Two-dimensional Incompressible Navier-Stokes Equation

The Navier-Stokes equation, referred to as N-S equation, is a classical partial differential equation in the field of fluid mechanics. In the case of viscous incompressibility, the dimensionless N-S equation has the following form:

\[\frac{\partial u}{\partial x} + \frac{\partial v}{\partial y} = 0\]

\[\frac{\partial u} {\partial t} + u \frac{\partial u}{\partial x} + v \frac{\partial u}{\partial y} = - \frac{\partial p}{\partial x} + \frac{1} {Re} (\frac{\partial^2u}{\partial x^2} + \frac{\partial^2u}{\partial y^2})\]

\[\frac{\partial v} {\partial t} + u \frac{\partial v}{\partial x} + v \frac{\partial v}{\partial y} = - \frac{\partial p}{\partial y} + \frac{1} {Re} (\frac{\partial^2v}{\partial x^2} + \frac{\partial^2v}{\partial y^2})\]

where Re stands for Reynolds number.

In this case, the PINNs method is used to learn the mapping from the location and time to flow field quantities to solve the N-S equation.

\[(x, y, t) \mapsto (u, v, p)\]

Technology Path

MindSpore Flow solves the problem as follows:

Training Dataset Construction.
Model Construction.
Multi-task Learning for Adaptive Losses
Optimizer.
NavierStokes2D.
Model Training.
Model Evaluation and Visualization.

Import Necessary Package

[1]:

import time
import numpy as np
import sympy
import mindspore
from mindspore import nn, ops, jit, set_seed
from mindspore import numpy as mnp

The following src pacakage can be downloaded in applications/physics_driven/navier_stokes/taylor_green/src.

[1]:

from mindflow.cell import MultiScaleFCCell
from mindflow.utils import load_yaml_config
from mindflow.pde import NavierStokes, sympy_to_mindspore

from src import create_training_dataset, create_test_dataset, calculate_l2_error, NavierStokes2D

set_seed(123456)
np.random.seed(123456)

The following taylor_green_2D.yaml can be downloaded in applications/physics_driven/navier_stokes/taylor_green/configs/taylor_green_2D.yaml.

[2]:

mindspore.set_context(mode=mindspore.GRAPH_MODE, device_target="GPU", device_id=0, save_graphs=False)
use_ascend = mindspore.get_context(attr_key='device_target') == "Ascend"
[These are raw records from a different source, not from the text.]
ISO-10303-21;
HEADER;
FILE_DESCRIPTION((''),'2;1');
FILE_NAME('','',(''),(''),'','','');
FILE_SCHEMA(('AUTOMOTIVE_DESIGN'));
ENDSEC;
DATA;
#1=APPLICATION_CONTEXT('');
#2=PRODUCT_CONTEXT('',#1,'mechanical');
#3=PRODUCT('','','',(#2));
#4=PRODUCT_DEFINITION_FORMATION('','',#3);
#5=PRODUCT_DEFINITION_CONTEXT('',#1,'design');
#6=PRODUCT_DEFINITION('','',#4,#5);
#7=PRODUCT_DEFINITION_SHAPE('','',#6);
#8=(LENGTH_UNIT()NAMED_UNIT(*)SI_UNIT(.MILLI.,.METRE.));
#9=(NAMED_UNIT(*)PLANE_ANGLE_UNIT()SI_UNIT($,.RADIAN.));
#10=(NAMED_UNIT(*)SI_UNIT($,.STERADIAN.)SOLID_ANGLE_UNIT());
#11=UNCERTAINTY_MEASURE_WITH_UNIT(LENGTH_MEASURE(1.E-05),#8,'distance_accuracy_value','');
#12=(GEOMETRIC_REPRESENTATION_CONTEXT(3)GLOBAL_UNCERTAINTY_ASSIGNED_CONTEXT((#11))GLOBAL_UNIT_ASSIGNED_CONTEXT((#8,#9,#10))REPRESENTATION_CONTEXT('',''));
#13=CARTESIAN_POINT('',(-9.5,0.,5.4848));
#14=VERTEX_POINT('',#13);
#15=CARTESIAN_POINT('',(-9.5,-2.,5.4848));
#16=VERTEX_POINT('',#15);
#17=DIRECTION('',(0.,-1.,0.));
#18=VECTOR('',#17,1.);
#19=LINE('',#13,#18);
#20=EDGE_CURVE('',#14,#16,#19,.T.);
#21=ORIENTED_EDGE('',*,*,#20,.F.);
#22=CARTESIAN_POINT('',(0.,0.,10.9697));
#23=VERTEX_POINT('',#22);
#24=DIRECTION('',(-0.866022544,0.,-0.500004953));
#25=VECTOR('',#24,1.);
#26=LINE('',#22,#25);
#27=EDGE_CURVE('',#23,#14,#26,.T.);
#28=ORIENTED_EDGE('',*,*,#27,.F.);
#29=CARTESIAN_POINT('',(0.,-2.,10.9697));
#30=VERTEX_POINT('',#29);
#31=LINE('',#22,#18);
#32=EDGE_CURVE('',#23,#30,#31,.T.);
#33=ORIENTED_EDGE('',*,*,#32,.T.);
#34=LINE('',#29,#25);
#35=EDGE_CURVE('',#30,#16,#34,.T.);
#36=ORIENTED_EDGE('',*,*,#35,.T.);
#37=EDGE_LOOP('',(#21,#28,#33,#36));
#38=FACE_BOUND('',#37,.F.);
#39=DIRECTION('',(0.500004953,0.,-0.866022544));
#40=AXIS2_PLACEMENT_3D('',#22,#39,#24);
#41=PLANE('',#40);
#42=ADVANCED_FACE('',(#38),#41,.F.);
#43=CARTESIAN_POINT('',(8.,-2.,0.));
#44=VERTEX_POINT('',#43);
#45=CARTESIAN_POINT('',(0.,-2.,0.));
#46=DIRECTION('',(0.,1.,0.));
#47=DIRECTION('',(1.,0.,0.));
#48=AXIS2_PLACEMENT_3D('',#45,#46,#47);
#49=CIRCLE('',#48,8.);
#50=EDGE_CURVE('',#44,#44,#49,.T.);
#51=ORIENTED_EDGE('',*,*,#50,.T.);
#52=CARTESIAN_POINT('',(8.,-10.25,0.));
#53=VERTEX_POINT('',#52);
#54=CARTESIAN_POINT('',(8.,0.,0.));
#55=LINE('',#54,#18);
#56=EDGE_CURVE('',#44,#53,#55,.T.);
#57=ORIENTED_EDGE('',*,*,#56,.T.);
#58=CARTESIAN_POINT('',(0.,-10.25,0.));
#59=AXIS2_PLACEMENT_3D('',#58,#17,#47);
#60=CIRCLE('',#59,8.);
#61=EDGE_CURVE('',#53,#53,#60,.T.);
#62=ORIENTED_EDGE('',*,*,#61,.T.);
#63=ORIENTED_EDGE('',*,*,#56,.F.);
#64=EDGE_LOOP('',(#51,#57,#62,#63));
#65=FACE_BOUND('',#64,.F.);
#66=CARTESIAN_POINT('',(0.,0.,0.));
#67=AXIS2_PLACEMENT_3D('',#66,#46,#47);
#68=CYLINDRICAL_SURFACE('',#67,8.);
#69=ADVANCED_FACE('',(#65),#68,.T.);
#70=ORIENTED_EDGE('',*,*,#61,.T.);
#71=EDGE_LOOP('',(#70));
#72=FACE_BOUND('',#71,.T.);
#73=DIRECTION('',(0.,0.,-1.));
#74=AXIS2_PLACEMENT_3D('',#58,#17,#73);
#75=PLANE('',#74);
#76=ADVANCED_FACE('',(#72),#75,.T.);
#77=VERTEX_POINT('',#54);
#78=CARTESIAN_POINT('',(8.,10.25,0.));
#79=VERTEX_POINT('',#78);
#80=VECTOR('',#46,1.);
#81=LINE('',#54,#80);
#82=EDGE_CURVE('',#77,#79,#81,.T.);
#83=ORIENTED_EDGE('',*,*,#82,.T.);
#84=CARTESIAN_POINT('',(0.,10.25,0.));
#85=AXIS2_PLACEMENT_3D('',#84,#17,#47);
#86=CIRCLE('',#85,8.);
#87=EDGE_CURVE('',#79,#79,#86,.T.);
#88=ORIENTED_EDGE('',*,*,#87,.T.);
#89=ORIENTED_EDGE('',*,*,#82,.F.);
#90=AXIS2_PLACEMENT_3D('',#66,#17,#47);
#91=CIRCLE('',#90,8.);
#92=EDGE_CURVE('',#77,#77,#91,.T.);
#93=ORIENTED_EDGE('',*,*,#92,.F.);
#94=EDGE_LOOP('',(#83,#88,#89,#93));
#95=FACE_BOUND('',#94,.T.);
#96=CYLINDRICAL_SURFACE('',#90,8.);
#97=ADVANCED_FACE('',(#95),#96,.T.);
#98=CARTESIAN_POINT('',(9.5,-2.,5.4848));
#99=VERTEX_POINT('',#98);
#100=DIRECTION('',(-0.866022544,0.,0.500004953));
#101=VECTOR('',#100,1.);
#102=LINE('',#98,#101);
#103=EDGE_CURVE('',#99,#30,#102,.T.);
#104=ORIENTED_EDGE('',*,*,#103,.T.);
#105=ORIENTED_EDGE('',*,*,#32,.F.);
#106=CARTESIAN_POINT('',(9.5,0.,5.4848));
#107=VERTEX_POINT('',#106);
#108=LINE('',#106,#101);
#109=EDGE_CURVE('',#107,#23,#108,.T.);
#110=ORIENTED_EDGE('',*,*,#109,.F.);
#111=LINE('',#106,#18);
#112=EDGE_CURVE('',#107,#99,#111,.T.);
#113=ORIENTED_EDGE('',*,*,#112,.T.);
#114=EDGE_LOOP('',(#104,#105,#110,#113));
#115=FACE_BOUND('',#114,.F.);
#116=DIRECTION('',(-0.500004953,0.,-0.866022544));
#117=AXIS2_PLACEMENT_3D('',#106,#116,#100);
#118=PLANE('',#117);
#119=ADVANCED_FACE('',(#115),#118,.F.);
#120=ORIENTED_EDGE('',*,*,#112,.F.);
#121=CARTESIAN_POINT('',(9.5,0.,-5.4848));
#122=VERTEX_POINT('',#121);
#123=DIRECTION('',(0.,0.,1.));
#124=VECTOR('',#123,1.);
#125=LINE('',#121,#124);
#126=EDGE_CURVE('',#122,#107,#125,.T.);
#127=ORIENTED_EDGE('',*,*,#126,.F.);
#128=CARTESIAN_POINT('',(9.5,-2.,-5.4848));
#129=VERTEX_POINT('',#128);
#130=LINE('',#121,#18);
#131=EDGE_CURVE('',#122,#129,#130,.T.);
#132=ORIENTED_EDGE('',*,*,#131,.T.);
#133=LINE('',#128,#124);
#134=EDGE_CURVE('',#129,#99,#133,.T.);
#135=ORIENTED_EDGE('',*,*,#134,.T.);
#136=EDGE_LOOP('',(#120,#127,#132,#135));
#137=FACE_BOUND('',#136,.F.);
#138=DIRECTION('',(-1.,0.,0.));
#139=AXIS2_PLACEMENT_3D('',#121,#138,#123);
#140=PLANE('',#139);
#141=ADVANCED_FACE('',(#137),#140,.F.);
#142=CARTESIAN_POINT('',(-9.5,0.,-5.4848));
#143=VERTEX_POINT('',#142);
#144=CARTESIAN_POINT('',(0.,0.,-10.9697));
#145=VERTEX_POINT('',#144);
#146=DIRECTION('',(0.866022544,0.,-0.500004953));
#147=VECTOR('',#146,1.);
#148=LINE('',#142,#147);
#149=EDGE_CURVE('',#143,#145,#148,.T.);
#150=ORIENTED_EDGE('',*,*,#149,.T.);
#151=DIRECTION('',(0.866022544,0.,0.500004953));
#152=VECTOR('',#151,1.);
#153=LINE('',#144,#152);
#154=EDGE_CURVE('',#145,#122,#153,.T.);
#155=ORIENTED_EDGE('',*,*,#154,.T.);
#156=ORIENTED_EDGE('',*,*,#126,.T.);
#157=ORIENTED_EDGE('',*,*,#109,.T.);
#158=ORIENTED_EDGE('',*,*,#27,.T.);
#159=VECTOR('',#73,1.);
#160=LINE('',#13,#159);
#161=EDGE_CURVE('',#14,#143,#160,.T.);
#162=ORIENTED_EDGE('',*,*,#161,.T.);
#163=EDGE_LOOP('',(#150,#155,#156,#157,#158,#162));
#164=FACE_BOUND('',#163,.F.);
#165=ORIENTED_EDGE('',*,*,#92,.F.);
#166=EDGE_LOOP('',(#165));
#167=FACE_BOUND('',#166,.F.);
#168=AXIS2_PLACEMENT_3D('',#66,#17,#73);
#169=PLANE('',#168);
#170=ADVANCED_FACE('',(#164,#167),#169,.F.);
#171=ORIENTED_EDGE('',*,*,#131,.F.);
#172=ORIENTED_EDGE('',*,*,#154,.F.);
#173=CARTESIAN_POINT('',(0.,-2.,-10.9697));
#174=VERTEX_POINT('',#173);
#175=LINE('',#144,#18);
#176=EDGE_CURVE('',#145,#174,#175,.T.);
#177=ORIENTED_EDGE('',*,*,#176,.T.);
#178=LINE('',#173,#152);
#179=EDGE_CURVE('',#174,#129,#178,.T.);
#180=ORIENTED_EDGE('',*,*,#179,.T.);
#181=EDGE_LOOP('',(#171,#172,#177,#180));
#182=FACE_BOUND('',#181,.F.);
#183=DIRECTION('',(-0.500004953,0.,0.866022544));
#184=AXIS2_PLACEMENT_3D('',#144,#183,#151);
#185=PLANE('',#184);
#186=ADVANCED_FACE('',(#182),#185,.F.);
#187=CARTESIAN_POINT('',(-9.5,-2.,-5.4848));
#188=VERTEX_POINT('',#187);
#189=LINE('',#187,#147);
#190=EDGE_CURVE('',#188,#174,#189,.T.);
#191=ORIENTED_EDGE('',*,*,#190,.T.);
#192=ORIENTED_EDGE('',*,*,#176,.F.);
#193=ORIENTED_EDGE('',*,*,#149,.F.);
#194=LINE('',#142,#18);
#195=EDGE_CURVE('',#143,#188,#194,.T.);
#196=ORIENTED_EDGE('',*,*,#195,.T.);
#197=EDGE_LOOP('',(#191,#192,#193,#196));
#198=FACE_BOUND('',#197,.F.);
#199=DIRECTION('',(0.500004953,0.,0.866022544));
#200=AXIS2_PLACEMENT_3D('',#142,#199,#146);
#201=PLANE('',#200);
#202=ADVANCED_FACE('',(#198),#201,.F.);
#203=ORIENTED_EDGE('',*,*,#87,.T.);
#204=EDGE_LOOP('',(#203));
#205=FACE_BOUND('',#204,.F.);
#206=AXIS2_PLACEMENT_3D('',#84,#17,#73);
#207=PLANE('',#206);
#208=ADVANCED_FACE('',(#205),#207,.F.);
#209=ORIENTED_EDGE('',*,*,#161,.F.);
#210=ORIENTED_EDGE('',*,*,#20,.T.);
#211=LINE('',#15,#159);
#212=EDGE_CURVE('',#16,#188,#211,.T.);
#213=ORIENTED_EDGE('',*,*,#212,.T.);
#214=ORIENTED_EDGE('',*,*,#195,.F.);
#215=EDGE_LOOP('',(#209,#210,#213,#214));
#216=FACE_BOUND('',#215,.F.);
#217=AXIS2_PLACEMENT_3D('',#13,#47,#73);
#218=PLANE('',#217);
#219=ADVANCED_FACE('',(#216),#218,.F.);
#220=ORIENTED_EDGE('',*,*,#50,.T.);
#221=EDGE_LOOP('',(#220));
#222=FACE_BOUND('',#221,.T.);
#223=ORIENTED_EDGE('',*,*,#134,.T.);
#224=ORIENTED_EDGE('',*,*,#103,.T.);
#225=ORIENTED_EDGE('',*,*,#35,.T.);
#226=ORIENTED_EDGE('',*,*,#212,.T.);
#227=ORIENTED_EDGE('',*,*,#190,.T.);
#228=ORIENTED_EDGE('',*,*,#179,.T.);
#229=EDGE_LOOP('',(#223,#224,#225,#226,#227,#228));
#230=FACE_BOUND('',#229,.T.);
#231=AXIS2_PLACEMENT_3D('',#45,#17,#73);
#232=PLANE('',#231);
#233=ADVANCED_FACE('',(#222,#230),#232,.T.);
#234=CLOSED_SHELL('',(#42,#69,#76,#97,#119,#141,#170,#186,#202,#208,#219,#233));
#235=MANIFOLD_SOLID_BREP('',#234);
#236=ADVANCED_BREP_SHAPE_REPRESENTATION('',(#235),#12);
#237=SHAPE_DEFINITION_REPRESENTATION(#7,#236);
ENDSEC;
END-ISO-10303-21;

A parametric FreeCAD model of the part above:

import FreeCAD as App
import Part
import Sketcher

V = App.Vector
Q = App.Units.Quantity


def add_polygon(sketch, points):
    """Adds a closed chain of lines whose ends are joined by coincident constraints."""
    first, n = sketch.GeometryCount, len(points)
    for a, b in zip(points, points[1:] + points[:1]):
        sketch.addGeometry(Part.LineSegment(App.Vector(*a, 0), App.Vector(*b, 0)), False)
    for i in range(n):
        sketch.addConstraint(Sketcher.Constraint("Coincident", first + i, 2, first + (i + 1) % n, 1))

doc = App.newDocument("Part")
body = doc.addObject("PartDesign::Body", "Body")

sketch1 = body.newObject("Sketcher::SketchObject", "Sketch")
sketch1.AttachmentSupport = (doc.getObject("XZ_Plane"), [""])
sketch1.MapMode = "FlatFace"
sketch1.addGeometry(Part.Circle(V(0, 0, 0), V(0, 0, 1), 8), False)
sketch1.addConstraint(Sketcher.Constraint("Coincident", 0, 3, -1, 1))
sketch1.addConstraint(Sketcher.Constraint("Diameter", 0, 16.0))
pad1 = body.newObject("PartDesign::Pad", "Pad")
pad1.Profile = sketch1
pad1.Length = 20.5
pad1.Midplane = True

sketch2 = body.newObject("Sketcher::SketchObject", "Sketch001")
sketch2.AttachmentSupport = (doc.getObject("XZ_Plane"), [""])
sketch2.MapMode = "FlatFace"
add_polygon(sketch2, [(9.5, 5.4848), (0, 10.9697), (-9.5, 5.4848), (-9.5, -5.4848), (0, -10.9697), (9.5, -5.4848)])
sketch2.addConstraint(Sketcher.Constraint("Vertical", 2))
sketch2.addConstraint(Sketcher.Constraint("Vertical", 5))
sketch2.addConstraint(Sketcher.Constraint("Symmetric", 0, 2, 3, 2, -1, 1))
sketch2.addConstraint(Sketcher.Constraint("Symmetric", 1, 2, 4, 2, -1, 1))
sketch2.addConstraint(Sketcher.Constraint("PointOnObject", 0, 2, -2))
sketch2.addConstraint(Sketcher.Constraint("Parallel", 0, 3))
sketch2.addConstraint(Sketcher.Constraint("Horizontal", 2, 2, 4, 2))
sketch2.addConstraint(Sketcher.Constraint("Angle", 0, Q("149.9997 deg")))
sketch2.addConstraint(Sketcher.Constraint("DistanceX", 2, 2, 4, 2, 19.0))
sketch2.addConstraint(Sketcher.Constraint("DistanceY", 2, 2, 2, 1, 10.9696))
pad2 = body.newObject("PartDesign::Pad", "Pad001")
pad2.Profile = sketch2
pad2.Length = 2

doc.recompute()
config = load_yaml_config('taylor_green_2D.yaml')

Dataset Construction

Training dataset is imported through function create_train_dataset, contains domain points, initial condition points and boundary condition point. All datasets are sampled by APIs from mindflow.geometry.

Test dataset is imported through function create_test_dataset. In this case, the exact solution used to construct test dataset is given by J Kim, P Moin, Application of a fractional-step method to incompressible Navier-Stokes equations, Journal of Computational Physics, Volume 59, Issue 2, 1985.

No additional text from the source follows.